*DATASET ENTRIES*:
# # # # # # #

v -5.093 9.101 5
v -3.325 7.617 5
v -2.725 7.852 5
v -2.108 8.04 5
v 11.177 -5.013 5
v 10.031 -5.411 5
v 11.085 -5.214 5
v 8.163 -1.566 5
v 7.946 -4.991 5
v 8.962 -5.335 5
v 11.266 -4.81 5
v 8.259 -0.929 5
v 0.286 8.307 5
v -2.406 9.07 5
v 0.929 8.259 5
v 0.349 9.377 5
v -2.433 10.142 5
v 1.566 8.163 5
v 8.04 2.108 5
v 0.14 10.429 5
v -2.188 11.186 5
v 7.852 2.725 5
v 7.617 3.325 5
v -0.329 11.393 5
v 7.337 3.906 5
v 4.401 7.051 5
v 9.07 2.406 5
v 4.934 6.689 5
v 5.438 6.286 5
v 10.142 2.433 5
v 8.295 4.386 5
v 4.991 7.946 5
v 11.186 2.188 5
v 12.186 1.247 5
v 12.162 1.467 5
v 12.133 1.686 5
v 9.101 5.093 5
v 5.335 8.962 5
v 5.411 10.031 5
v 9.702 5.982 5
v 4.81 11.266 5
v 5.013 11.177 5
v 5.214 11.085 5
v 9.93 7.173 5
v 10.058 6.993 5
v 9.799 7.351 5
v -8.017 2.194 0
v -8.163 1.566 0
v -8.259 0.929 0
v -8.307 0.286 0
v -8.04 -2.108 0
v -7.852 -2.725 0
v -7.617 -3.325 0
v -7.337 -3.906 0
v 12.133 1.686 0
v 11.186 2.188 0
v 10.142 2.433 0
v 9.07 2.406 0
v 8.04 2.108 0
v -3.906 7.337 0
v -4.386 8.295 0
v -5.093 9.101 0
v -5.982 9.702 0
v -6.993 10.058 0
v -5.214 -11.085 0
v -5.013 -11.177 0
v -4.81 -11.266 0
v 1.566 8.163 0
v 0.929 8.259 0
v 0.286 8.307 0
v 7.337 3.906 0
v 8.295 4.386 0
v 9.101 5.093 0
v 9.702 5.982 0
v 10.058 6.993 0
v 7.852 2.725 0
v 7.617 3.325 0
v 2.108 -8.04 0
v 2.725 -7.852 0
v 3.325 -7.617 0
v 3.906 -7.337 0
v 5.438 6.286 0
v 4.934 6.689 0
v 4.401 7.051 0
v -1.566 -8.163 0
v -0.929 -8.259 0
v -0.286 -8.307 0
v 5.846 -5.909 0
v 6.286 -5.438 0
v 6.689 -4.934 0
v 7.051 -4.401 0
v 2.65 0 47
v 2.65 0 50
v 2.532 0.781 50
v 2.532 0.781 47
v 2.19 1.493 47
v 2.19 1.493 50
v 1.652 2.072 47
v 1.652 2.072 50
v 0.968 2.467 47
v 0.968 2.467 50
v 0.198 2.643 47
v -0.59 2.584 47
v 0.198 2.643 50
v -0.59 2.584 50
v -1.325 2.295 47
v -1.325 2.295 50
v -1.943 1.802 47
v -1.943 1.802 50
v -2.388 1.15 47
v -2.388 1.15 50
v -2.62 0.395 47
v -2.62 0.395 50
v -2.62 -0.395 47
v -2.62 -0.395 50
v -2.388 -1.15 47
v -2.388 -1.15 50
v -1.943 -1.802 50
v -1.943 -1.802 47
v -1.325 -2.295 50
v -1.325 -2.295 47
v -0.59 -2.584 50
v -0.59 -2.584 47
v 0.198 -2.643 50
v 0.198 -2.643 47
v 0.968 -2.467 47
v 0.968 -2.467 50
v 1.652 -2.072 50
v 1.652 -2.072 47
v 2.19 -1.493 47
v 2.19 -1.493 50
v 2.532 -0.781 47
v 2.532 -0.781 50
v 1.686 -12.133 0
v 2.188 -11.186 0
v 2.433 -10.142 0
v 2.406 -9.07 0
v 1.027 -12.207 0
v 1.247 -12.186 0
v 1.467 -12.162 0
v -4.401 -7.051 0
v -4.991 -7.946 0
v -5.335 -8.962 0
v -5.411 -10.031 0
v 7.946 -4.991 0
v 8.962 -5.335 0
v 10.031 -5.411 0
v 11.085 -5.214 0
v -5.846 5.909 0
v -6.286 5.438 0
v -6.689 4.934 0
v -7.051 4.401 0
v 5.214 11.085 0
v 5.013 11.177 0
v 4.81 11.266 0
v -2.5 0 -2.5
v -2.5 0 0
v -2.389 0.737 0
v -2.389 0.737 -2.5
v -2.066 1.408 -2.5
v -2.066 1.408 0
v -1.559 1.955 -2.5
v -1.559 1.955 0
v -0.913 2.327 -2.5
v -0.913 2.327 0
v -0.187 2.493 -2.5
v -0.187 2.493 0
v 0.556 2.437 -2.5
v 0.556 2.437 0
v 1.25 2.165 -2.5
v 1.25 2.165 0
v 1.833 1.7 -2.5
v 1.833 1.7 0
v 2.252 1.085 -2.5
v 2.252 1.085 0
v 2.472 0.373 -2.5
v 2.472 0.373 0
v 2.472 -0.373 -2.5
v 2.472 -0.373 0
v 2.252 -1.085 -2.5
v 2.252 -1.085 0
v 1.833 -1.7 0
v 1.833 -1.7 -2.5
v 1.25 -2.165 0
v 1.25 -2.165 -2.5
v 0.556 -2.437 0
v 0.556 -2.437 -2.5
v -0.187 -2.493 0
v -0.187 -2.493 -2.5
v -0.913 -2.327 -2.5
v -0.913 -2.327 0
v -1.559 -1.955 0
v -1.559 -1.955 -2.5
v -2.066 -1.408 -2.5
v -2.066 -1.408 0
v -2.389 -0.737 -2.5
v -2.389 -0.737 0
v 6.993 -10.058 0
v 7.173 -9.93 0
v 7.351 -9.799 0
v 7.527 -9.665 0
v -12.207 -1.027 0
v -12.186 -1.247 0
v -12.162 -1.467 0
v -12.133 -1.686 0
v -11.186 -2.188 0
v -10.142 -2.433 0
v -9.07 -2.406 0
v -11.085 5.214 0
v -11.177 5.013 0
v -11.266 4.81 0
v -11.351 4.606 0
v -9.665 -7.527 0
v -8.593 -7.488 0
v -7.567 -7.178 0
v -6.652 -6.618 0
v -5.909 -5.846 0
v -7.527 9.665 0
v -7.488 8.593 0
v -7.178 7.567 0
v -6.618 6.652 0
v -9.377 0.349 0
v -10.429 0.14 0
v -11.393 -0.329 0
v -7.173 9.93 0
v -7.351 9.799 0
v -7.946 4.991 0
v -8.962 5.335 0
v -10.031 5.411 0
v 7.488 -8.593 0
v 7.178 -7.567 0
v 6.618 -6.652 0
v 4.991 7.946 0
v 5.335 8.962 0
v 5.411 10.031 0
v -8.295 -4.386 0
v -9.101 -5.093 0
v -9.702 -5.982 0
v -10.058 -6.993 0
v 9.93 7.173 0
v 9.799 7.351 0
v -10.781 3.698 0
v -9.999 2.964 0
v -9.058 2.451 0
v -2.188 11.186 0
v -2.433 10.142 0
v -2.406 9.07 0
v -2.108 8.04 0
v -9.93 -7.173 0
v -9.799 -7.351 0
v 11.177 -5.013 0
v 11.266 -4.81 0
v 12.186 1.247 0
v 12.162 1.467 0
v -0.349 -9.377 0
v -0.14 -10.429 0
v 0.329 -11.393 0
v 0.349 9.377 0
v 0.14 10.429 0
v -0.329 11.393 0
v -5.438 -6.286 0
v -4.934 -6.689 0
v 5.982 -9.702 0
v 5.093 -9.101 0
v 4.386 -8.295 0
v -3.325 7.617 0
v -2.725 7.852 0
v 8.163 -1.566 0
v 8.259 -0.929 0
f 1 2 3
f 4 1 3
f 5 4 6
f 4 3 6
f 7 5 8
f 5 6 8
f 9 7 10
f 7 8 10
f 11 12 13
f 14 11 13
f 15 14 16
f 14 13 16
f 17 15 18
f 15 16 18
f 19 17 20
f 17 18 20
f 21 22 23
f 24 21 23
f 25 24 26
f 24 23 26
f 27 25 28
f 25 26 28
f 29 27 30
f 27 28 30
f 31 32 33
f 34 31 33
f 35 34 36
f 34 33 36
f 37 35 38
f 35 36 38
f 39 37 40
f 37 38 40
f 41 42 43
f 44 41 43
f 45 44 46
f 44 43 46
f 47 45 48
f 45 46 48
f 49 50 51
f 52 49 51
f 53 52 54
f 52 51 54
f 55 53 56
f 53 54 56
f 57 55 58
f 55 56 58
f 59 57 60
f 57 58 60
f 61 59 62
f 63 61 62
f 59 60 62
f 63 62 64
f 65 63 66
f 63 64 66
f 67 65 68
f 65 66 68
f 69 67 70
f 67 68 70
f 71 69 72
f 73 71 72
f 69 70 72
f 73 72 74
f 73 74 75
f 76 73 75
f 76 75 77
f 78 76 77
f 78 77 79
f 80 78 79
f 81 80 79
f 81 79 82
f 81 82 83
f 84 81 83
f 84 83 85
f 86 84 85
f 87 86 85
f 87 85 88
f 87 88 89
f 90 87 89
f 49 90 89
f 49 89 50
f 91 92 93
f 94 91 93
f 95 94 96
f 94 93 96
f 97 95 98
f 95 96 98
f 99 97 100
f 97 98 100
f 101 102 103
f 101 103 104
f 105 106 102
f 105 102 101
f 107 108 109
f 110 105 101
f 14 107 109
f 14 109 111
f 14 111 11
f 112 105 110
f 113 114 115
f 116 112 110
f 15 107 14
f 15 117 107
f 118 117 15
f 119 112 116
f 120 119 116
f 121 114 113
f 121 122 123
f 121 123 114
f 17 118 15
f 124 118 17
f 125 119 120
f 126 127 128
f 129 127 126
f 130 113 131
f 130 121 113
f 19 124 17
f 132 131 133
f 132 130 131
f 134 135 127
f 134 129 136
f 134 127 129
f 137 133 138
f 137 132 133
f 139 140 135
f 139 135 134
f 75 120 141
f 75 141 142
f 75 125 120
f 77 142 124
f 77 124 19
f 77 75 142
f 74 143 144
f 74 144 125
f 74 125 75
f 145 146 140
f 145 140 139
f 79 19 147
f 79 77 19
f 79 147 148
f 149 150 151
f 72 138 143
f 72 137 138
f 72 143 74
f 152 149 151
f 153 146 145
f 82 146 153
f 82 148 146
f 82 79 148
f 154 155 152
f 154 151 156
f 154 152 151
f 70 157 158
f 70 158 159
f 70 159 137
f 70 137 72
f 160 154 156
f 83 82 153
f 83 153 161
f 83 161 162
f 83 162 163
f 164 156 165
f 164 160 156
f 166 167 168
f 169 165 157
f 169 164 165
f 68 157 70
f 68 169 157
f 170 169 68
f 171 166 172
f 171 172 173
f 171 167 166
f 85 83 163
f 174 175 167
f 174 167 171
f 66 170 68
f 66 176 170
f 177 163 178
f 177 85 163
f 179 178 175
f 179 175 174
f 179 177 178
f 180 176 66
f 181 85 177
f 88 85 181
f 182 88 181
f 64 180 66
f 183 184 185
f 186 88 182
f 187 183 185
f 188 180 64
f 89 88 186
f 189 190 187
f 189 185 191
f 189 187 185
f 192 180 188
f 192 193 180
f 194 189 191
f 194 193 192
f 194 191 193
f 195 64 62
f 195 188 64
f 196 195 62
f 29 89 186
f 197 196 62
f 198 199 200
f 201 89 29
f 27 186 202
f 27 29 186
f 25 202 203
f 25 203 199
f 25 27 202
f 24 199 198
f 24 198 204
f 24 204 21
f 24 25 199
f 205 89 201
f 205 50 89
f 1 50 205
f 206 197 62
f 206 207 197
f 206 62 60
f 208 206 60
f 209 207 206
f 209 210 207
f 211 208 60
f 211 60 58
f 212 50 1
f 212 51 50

# # # # # # #

*DIRECTIONS FOR THIS TASK*: Out of the material above, output word for word the line with "v 7.051 -4.401 0", the line with "v -5.411 -10.031 0", and all lines between them, with nothing else.

*SOLUTION TO THIS EXERCISE*:
v 7.051 -4.401 0
v 2.65 0 47
v 2.65 0 50
v 2.532 0.781 50
v 2.532 0.781 47
v 2.19 1.493 47
v 2.19 1.493 50
v 1.652 2.072 47
v 1.652 2.072 50
v 0.968 2.467 47
v 0.968 2.467 50
v 0.198 2.643 47
v -0.59 2.584 47
v 0.198 2.643 50
v -0.59 2.584 50
v -1.325 2.295 47
v -1.325 2.295 50
v -1.943 1.802 47
v -1.943 1.802 50
v -2.388 1.15 47
v -2.388 1.15 50
v -2.62 0.395 47
v -2.62 0.395 50
v -2.62 -0.395 47
v -2.62 -0.395 50
v -2.388 -1.15 47
v -2.388 -1.15 50
v -1.943 -1.802 50
v -1.943 -1.802 47
v -1.325 -2.295 50
v -1.325 -2.295 47
v -0.59 -2.584 50
v -0.59 -2.584 47
v 0.198 -2.643 50
v 0.198 -2.643 47
v 0.968 -2.467 47
v 0.968 -2.467 50
v 1.652 -2.072 50
v 1.652 -2.072 47
v 2.19 -1.493 47
v 2.19 -1.493 50
v 2.532 -0.781 47
v 2.532 -0.781 50
v 1.686 -12.133 0
v 2.188 -11.186 0
v 2.433 -10.142 0
v 2.406 -9.07 0
v 1.027 -12.207 0
v 1.247 -12.186 0
v 1.467 -12.162 0
v -4.401 -7.051 0
v -4.991 -7.946 0
v -5.335 -8.962 0
v -5.411 -10.031 0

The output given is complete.